The dean thought that Lucy Robarts’s wants during her present occupation of nursing would not be so numerous as to make her continued sojourn in Mrs. Crawley’s sick room impossible, and therefore took his leave with a satisfied conviction that the poor lady would not be left wholly to the somewhat unskilful nursing of her husband.

CHAPTER XXXVII.

MR. SOWERBY WITHOUT COMPANY.

And now there were going to be wondrous doings in West Barsetshire, and men’s minds were much disturbed. The fiat had gone forth from the high places, and the Queen had dissolved her faithful Commons. The giants, finding that they could effect little or nothing with the old House, had resolved to try what a new venture would do for them, and the hubbub of a general election was to pervade the country. This produced no inconsiderable irritation and annoyance, for the House was not as yet quite three years old; and members of Parliament, though they naturally feel a constitutional pleasure in meeting their friends and in pressing the hands of their constituents, are, nevertheless, so far akin to the lower order of humanity that they appreciate the danger of losing their seats; and the certainty of a considerable outlay in their endeavours to retain them is not agreeable to the legislative mind.

Never did the old family fury between the gods and giants rage higher than at the present moment. The giants declared that every turn which they attempted to take in their country’s service had been thwarted by faction, in spite of those benign promises of assistance made to them only a few weeks since by their opponents; and the gods answered by asserting that they were driven to this opposition by the Bœotian fatuity of the giants. They had no doubt promised their aid, and were ready to give it to measures that were decently prudent; but not to a bill enabling government at its will to pension aged bishops! No; there must be some limit to their tolerance, and when such attempts as these were made that limit had been clearly passed.
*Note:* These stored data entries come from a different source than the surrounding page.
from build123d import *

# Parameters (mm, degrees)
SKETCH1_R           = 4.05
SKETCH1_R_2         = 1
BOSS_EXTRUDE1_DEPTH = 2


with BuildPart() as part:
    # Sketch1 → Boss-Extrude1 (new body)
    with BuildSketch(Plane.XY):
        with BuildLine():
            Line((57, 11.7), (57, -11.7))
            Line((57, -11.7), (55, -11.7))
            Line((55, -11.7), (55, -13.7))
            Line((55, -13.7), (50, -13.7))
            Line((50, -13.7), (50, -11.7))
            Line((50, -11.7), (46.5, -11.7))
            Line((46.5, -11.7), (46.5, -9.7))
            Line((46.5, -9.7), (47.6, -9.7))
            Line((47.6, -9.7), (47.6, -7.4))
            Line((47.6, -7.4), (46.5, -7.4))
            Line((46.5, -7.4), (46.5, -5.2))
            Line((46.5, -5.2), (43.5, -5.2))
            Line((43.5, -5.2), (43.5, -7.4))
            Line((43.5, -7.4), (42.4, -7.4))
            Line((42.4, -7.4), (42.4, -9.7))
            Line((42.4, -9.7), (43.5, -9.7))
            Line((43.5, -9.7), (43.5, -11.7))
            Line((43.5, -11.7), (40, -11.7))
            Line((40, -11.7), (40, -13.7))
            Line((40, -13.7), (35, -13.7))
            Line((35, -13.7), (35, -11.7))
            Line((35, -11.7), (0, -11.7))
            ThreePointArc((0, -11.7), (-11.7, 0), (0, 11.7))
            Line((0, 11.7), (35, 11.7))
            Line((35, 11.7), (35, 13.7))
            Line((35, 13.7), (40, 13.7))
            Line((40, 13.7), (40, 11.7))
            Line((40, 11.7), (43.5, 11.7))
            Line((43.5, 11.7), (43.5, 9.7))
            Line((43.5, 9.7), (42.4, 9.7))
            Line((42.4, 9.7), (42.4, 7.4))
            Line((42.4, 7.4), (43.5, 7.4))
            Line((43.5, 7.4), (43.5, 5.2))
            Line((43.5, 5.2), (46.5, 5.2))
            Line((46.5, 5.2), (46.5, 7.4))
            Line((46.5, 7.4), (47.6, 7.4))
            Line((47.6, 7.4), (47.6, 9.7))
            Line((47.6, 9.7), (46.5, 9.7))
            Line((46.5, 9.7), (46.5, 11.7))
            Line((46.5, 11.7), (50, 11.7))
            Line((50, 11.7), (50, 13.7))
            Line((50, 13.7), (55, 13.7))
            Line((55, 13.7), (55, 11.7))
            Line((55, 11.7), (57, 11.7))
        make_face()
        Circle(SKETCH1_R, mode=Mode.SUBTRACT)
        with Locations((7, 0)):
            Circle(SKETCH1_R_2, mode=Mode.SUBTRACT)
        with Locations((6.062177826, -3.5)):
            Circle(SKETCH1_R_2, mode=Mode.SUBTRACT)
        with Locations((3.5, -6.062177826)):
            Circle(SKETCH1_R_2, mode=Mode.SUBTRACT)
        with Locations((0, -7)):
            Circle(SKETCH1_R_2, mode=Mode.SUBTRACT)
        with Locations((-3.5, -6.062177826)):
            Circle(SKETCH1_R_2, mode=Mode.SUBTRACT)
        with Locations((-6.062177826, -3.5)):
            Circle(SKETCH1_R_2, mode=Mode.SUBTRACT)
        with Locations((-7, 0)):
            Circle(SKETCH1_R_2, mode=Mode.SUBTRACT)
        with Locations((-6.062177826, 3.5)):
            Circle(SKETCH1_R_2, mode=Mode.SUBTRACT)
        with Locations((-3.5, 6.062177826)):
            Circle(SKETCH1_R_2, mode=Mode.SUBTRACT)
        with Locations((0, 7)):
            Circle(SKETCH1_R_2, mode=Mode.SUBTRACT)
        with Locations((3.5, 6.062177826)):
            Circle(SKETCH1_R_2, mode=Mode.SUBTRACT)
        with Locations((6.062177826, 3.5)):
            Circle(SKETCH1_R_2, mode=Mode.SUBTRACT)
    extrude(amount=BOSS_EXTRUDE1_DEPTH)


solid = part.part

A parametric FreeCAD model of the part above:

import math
import FreeCAD as App
import Part
import Sketcher

V = App.Vector
Q = App.Units.Quantity

doc = App.newDocument("Part")
body = doc.addObject("PartDesign::Body", "Body")

sketch1 = body.newObject("Sketcher::SketchObject", "Sketch")
sketch1.AttachmentSupport = (doc.getObject("XY_Plane"), [""])
sketch1.MapMode = "FlatFace"
sketch1.addGeometry(Part.LineSegment(V(57, -11.7, 0), V(57, 11.7, 0)), False)
sketch1.addGeometry(Part.LineSegment(V(57, 11.7, 0), V(55, 11.7, 0)), False)
sketch1.addGeometry(Part.LineSegment(V(55, 11.7, 0), V(55, 13.7, 0)), False)
sketch1.addGeometry(Part.LineSegment(V(55, 13.7, 0), V(50, 13.7, 0)), False)
sketch1.addGeometry(Part.LineSegment(V(50, 13.7, 0), V(50, 11.7, 0)), False)
sketch1.addGeometry(Part.LineSegment(V(50, 11.7, 0), V(46.5, 11.7, 0)), False)
sketch1.addGeometry(Part.LineSegment(V(46.5, 11.7, 0), V(46.5, 9.7, 0)), False)
sketch1.addGeometry(Part.LineSegment(V(46.5, 9.7, 0), V(47.6, 9.7, 0)), False)
sketch1.addGeometry(Part.LineSegment(V(47.6, 9.7, 0), V(47.6, 7.4, 0)), False)
sketch1.addGeometry(Part.LineSegment(V(47.6, 7.4, 0), V(46.5, 7.4, 0)), False)
sketch1.addGeometry(Part.LineSegment(V(46.5, 7.4, 0), V(46.5, 5.2, 0)), False)
sketch1.addGeometry(Part.LineSegment(V(46.5, 5.2, 0), V(43.5, 5.2, 0)), False)
sketch1.addGeometry(Part.LineSegment(V(43.5, 5.2, 0), V(43.5, 7.4, 0)), False)
sketch1.addGeometry(Part.LineSegment(V(43.5, 7.4, 0), V(42.4, 7.4, 0)), False)
sketch1.addGeometry(Part.LineSegment(V(42.4, 7.4, 0), V(42.4, 9.7, 0)), False)
sketch1.addGeometry(Part.LineSegment(V(42.4, 9.7, 0), V(43.5, 9.7, 0)), False)
sketch1.addGeometry(Part.LineSegment(V(43.5, 9.7, 0), V(43.5, 11.7, 0)), False)
sketch1.addGeometry(Part.LineSegment(V(43.5, 11.7, 0), V(40, 11.7, 0)), False)
sketch1.addGeometry(Part.LineSegment(V(40, 11.7, 0), V(40, 13.7, 0)), False)
sketch1.addGeometry(Part.LineSegment(V(40, 13.7, 0), V(35, 13.7, 0)), False)
sketch1.addGeometry(Part.LineSegment(V(35, 13.7, 0), V(35, 11.7, 0)), False)
sketch1.addGeometry(Part.LineSegment(V(35, 11.7, 0), V(0, 11.7, 0)), False)
sketch1.addGeometry(Part.ArcOfCircle(Part.Circle(V(0, 0, 0), V(0, 0, 1), 11.7), math.radians(90), math.radians(270)), False)
sketch1.addGeometry(Part.LineSegment(V(0, -11.7, 0), V(35, -11.7, 0)), False)
sketch1.addGeometry(Part.LineSegment(V(35, -11.7, 0), V(35, -13.7, 0)), False)
sketch1.addGeometry(Part.LineSegment(V(35, -13.7, 0), V(40, -13.7, 0)), False)
sketch1.addGeometry(Part.LineSegment(V(40, -13.7, 0), V(40, -11.7, 0)), False)
sketch1.addGeometry(Part.LineSegment(V(40, -11.7, 0), V(43.5, -11.7, 0)), False)
sketch1.addGeometry(Part.LineSegment(V(43.5, -11.7, 0), V(43.5, -9.7, 0)), False)
sketch1.addGeometry(Part.LineSegment(V(43.5, -9.7, 0), V(42.4, -9.7, 0)), False)
sketch1.addGeometry(Part.LineSegment(V(42.4, -9.7, 0), V(42.4, -7.4, 0)), False)
sketch1.addGeometry(Part.LineSegment(V(42.4, -7.4, 0), V(43.5, -7.4, 0)), False)
sketch1.addGeometry(Part.LineSegment(V(43.5, -7.4, 0), V(43.5, -5.2, 0)), False)
sketch1.addGeometry(Part.LineSegment(V(43.5, -5.2, 0), V(46.5, -5.2, 0)), False)
sketch1.addGeometry(Part.LineSegment(V(46.5, -5.2, 0), V(46.5, -7.4, 0)), False)
sketch1.addGeometry(Part.LineSegment(V(46.5, -7.4, 0), V(47.6, -7.4, 0)), False)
All this had taken place openly only a day or two after that casual whisper dropped by Tom Towers at Miss Dunstable’s party—by Tom Towers, that most pleasant of all pleasant fellows. And how should he have known it,—he who flutters from one sweetest flower of the garden to another,

“Adding sugar to the pink, and honey to the rose,
So loved for what he gives, but taking nothing as he goes”?

But the whisper had grown into a rumour, and the rumour into a fact, and the political world was in a ferment. The giants, furious about their bishops’ pension bill, threatened the House—most injudiciously; and then it was beautiful to see how indignant members got up, glowing with honesty, and declared that it was base to conceive that any gentleman in that House could be actuated in his vote by any hopes or fears with reference to his seat. And so matters grew from bad to worse, and these contending parties never hit at each other with such envenomed wrath as they did now;—having entered the ring together so lately with such manifold promises of good-will, respect, and forbearance!

But going from the general to the particular, we may say that nowhere was a deeper consternation spread than in the electoral division of West Barsetshire. No sooner had the tidings of the dissolution reached the county than it was known that the duke intended to change his nominee. Mr. Sowerby had now sat for the division since the Reform Bill! He had become one of the county institutions, and by the dint of custom and long establishment had been borne with and even liked by the county gentlemen, in spite of his well-known pecuniary irregularities. Now all this was to be changed. No reason had as yet been publicly given, but it was understood that Lord Dumbello was to be returned, although he did not own an acre of land in the county. It is true that rumour went on to say that Lord Dumbello was about to form close connections with Barsetshire. He was on the eve of marrying a young lady, from the other division indeed, and was now engaged, so it was said, in completing arrangements with the government for the purchase of that noble crown property usually known as the Chace of Chaldicotes. It was also stated—this statement, however, had hitherto been only announced in confidential whispers—that Chaldicotes House itself would soon become the residence of the marquis. The duke was claiming it as his own—would very shortly have completed his claims and taken possession;—and then, by some arrangement between them, it was to be made over to Lord Dumbello.